Live preview with wmill pipeline dev
wmill pipeline dev [folder] [--port <port>] [--no-open] [--frontend <origin>]
Watches a folder of // pipeline scripts and live-previews the pipeline in the browser: on every save the graph is rebuilt from your working-tree files and pushed over WebSocket to a dev page that renders the same graph view as the pipeline editor, with node selection, run forms, Run and Run + downstream, and live run activity. Editing stays in your own editor (or an agentic loop); adding, editing or renaming a script updates the graph without a reload. Runs launched from the page execute your local file contents via previews, so nothing is deployed.

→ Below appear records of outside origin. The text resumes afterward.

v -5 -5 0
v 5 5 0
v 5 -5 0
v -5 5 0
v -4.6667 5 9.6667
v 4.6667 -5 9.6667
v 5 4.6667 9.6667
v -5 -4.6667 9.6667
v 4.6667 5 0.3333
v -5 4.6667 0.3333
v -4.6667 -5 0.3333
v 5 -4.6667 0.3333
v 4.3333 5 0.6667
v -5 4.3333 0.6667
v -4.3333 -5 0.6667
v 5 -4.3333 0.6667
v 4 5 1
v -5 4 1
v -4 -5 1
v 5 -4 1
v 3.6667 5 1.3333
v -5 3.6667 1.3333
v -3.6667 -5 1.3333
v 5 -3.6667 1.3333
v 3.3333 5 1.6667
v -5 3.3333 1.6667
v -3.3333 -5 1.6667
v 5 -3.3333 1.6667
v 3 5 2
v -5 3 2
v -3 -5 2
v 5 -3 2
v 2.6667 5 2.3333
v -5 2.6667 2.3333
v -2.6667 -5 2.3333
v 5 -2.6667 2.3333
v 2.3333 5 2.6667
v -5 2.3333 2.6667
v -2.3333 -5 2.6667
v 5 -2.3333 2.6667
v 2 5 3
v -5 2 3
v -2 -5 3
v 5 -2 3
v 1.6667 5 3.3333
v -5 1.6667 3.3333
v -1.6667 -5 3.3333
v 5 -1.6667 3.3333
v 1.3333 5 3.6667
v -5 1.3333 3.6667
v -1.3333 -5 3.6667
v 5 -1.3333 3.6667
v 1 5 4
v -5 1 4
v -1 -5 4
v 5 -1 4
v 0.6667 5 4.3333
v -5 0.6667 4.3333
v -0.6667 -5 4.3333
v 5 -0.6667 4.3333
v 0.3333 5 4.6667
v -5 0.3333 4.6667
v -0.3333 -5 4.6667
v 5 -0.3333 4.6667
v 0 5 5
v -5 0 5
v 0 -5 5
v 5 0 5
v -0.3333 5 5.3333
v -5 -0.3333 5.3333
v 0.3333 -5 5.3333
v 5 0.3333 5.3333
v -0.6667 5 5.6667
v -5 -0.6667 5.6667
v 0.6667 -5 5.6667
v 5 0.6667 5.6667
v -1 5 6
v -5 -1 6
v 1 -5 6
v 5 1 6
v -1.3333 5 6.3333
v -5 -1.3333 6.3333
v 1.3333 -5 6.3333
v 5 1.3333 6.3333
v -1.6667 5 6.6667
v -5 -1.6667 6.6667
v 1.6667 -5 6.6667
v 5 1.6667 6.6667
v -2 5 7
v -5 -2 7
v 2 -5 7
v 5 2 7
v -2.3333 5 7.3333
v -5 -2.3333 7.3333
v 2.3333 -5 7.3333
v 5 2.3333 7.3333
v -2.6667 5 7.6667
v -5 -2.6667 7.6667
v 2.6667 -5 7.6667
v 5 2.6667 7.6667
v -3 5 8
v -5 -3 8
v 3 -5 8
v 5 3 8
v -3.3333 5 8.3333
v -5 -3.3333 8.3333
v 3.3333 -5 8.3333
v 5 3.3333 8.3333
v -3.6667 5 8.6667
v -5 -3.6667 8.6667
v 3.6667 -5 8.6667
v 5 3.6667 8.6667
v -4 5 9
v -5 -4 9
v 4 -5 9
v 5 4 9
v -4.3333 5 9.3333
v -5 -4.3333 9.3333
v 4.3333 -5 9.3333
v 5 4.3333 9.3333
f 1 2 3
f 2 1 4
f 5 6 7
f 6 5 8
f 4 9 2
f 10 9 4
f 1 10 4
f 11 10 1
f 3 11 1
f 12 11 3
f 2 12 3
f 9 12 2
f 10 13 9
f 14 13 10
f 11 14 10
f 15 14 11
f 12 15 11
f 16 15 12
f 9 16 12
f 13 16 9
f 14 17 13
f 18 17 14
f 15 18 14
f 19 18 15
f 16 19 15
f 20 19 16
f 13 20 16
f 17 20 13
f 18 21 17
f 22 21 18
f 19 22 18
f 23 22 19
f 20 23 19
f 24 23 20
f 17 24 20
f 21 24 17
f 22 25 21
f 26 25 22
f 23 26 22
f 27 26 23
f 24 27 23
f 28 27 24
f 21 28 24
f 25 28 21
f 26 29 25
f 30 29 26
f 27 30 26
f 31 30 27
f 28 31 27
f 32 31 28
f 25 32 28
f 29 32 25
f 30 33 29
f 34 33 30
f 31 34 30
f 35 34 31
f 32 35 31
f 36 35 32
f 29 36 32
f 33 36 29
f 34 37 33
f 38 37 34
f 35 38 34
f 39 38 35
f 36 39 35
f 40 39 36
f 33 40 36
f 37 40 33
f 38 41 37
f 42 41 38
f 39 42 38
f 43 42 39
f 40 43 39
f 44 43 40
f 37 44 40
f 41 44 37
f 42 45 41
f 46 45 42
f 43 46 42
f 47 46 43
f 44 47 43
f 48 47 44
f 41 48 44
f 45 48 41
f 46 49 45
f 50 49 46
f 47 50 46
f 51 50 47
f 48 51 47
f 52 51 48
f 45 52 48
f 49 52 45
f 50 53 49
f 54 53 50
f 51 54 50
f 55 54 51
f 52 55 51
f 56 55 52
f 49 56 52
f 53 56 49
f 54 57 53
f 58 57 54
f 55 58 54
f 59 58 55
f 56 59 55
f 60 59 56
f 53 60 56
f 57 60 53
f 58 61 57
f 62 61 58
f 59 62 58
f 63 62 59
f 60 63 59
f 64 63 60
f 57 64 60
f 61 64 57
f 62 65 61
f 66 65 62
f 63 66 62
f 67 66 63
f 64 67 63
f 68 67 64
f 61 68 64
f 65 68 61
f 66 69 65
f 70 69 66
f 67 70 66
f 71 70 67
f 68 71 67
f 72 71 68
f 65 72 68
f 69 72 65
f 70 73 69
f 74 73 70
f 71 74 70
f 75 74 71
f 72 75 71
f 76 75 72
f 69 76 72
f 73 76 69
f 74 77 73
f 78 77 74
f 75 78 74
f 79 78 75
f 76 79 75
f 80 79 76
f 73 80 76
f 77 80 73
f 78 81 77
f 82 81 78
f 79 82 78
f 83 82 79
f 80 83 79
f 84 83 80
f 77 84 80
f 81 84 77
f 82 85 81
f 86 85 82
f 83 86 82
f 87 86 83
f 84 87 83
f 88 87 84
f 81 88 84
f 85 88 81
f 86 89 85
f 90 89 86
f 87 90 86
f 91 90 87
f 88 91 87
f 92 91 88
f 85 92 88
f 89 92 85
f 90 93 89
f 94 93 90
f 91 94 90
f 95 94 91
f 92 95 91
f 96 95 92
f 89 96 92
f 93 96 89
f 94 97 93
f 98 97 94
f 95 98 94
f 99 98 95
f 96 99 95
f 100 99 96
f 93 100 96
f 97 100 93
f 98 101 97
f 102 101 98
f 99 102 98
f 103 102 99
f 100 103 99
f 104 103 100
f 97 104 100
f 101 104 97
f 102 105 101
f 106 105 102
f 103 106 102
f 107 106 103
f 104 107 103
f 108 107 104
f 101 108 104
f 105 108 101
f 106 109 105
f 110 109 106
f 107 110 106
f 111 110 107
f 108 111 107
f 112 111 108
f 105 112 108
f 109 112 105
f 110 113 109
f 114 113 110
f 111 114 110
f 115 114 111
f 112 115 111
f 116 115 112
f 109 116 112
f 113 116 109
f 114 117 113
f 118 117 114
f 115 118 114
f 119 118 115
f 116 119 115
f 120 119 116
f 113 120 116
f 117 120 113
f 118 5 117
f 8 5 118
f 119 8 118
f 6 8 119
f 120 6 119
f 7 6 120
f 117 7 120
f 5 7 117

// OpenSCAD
// file: quickthread.scad
function _numSections(numTurns) = 1+numTurns*$fn;

extrusionNudge = 0.001;

function threadPoints(section,radius,numTurns,lead) =
    let (n=len(section),
        m=_numSections(numTurns)
        ) 
        [ for (i=[0:m-1]) for (j=[0:n-1]) 
            let (z=i/$fn*lead,
                angle=(i%$fn)/$fn*360,
                v=section[j])
            [ (radius+v[0])*cos(angle), (radius+v[0])*sin(angle),z+v[1]] ];
        
function mod(m,n) = let(mm = m%n) mm<0 ? n+mm : mm;
        
function extrusionPointIndex(pointsPerSection,sectionNumber,pointInSection) = pointsPerSection*sectionNumber + mod(pointInSection,pointsPerSection);
        
function _extrusionStartFace(pointsPerSection) = 
    [for (i=[0:pointsPerSection-1]) extrusionPointIndex(pointsPerSection,0,i)];
            
function _extrusionEndFace(pointsPerSection, numSections) = 
    [for (i=[pointsPerSection-1:-1:0]) extrusionPointIndex(pointsPerSection,numSections-1,i)];
                
function extrusionTubeFaces(pointsPerSection, numSections) =
            [for (i=[0:numSections-2]) for (j=[0:pointsPerSection-1]) for(tri=[0:1])
                tri==0 ? 
                    [extrusionPointIndex(pointsPerSection,i,j),extrusionPointIndex(pointsPerSection,i+1,j),extrusionPointIndex(pointsPerSection,i,j+1)] :
                    [extrusionPointIndex(pointsPerSection,i,j+1), extrusionPointIndex(pointsPerSection,i+1,j),
            extrusionPointIndex(pointsPerSection,i+1,j+1)]];
                
function extrusionFaces(pointsPerSection, numSections) = concat([_extrusionStartFace(pointsPerSection),_extrusionEndFace(pointsPerSection,numSections)],extrusionTubeFaces(pointsPerSection, numSections));

                    
module rawThread(profile, d=undef, h=10, lead=undef, $fn=72, adjustRadius=false, clip=true, includeCylinder=true) {
    radius = d/2;
    vSize = max([for(v1=profile) for(v2=profile) v2[1]-v1[1]]);
    vMin = min([for(v=profile) v[0]]);
    radiusAdjustment = adjustRadius ? vMin : 0;
    _lead = lead==undef ? vSize : lead;
    profileScale = vSize <= _lead-extrusionNudge ? 1 : (_lead-extrusionNudge)/vSize;
    adjProfile = [for(v=profile) [v[0]-radiusAdjustment,v[1]*profileScale]];
    adjRadius = radius + radiusAdjustment;
    hSize = 1+2*adjRadius + 2*max([for (v=adjProfile) v[0]]);
    numTurns = 2+ceil(h/_lead);
    render(convexity=10)
    union() {
        intersection() {
            if (clip)
                translate([-hSize/2,-hSize/2,0]) cube([hSize,hSize,h]);
            translate([0,0,-_lead]) polyhedron(faces=extrusionFaces(len(adjProfile), _numSections(numTurns)), points=threadPoints(
            adjProfile,adjRadius,numTurns,_lead));
        }
        if (includeCylinder) 
            cylinder(r=adjRadius+extrusionNudge,$fn=$fn,h=h);
    }
}

function inch_to_mm(x) = x * 25.4;

// internal = female
module isoThread(d=undef, dInch=undef, pitch=1, tpi=undef, h=1, hInch=undef, lead=undef, leadInch=undef, angle=30, internal=false, starts=1, $fn=72) {

    P = (tpi==undef) ? pitch : inch_to_mm(1/tpi);

    radius = dInch != undef ? inch_to_mm(dInch)/2 : d/2;    
    height = hInch != undef ? inch_to_mm(hInch) : h;
     
    Dmaj = 2*radius;
    H = P * cos(angle);
    
    _lead = leadInch != undef ? inch_to_mm(leadInch) : lead != undef ? lead : P;
    
    externalExtra=0.03;
    internalExtra=0.057;
    profile = !internal ? 
        [ [-H*externalExtra,(-3/8-externalExtra)*P], 
          [(5/8)*H,-P/16],[(5/8)*H,P/16], 
          [-H*externalExtra,(3/8+externalExtra)*pitch] ] :
        [ [0,-(3/8)*P], 
        [(5/8)*H,-P/16],[(5/8+internalExtra)*H,0],
        [(5/8)*H,P/16],[0,(3/8)*P] ];
    Dmin = Dmaj-2*5*H/8;
    myFN=$fn;
    for (i=[0:starts-1]) {
        rotate([0,0,360/starts*i]) rawThread(profile,d=Dmin,h=height,lead=_lead,$fn=myFN,adjustRadius=true);        
    }
}

//rawThread([[0,0],[1.5,1.5],[0,3]], d=50, h=91, pitch=3);
//rawThread([[0,0],[0,3],[3,3],[3,0]], d=50, h=50, pitch=6, $fn=80);
render(convexity=5)
difference() {
    isoThread(d=50,h=30,pitch=3,angle=40,internal=false,$fn=60);
    translate([0,0,-extrusionNudge]) isoThread(d=42,h=30+2*extrusionNudge,pitch=3,angle=40,internal=true,$fn=60);
}
//rawThread([[0,0],[1,0],[.5,.5],[1,1],[0,1]],r=20,h=10,lead=1.5);
// main file
use <quickthread.scad>;

numSlices = 30;
side = 10;
points = [for (i=[0:numSlices]) 
        let(t=i/numSlices, 
            d=side/2, 
            sq=[[d*(1-t)-d*t,d,side*t], [-d,d*(1-t)-d*t,side*t], [-d*(1-t)+d*t,-d,side*t], [d,-d*(1-t)+d*t,side*t]]) for (s=sq) s];
polyhedron(faces=extrusionFaces(4,numSlices),points=points);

The folder argument is optional: when run from inside an f/<folder> directory, the folder is auto-detected.
| Option | Description |
|---|---|
--port <port> | Port for the dev WebSocket server (default 3201). |
--no-open | Do not open the browser automatically; the URL is printed so the caller (e.g. an AI agent) can hand it to you. |
--frontend <origin> | Origin serving the /pipeline_dev page (e.g. http://localhost:3000 for a locally-run frontend). Defaults to the workspace remote; use it when the remote's deployed frontend predates the dev page. |

Generating pipeline documentation
wmill pipeline docs <folder> [--local]
Writes a PIPELINE.md in the folder describing the pipeline graph and data table schemas, plus AGENTS.md / CLAUDE.md pointers, so a code editor or coding agent gets the same context the UI surfaces. By default it documents the deployed graph; --local documents the working tree.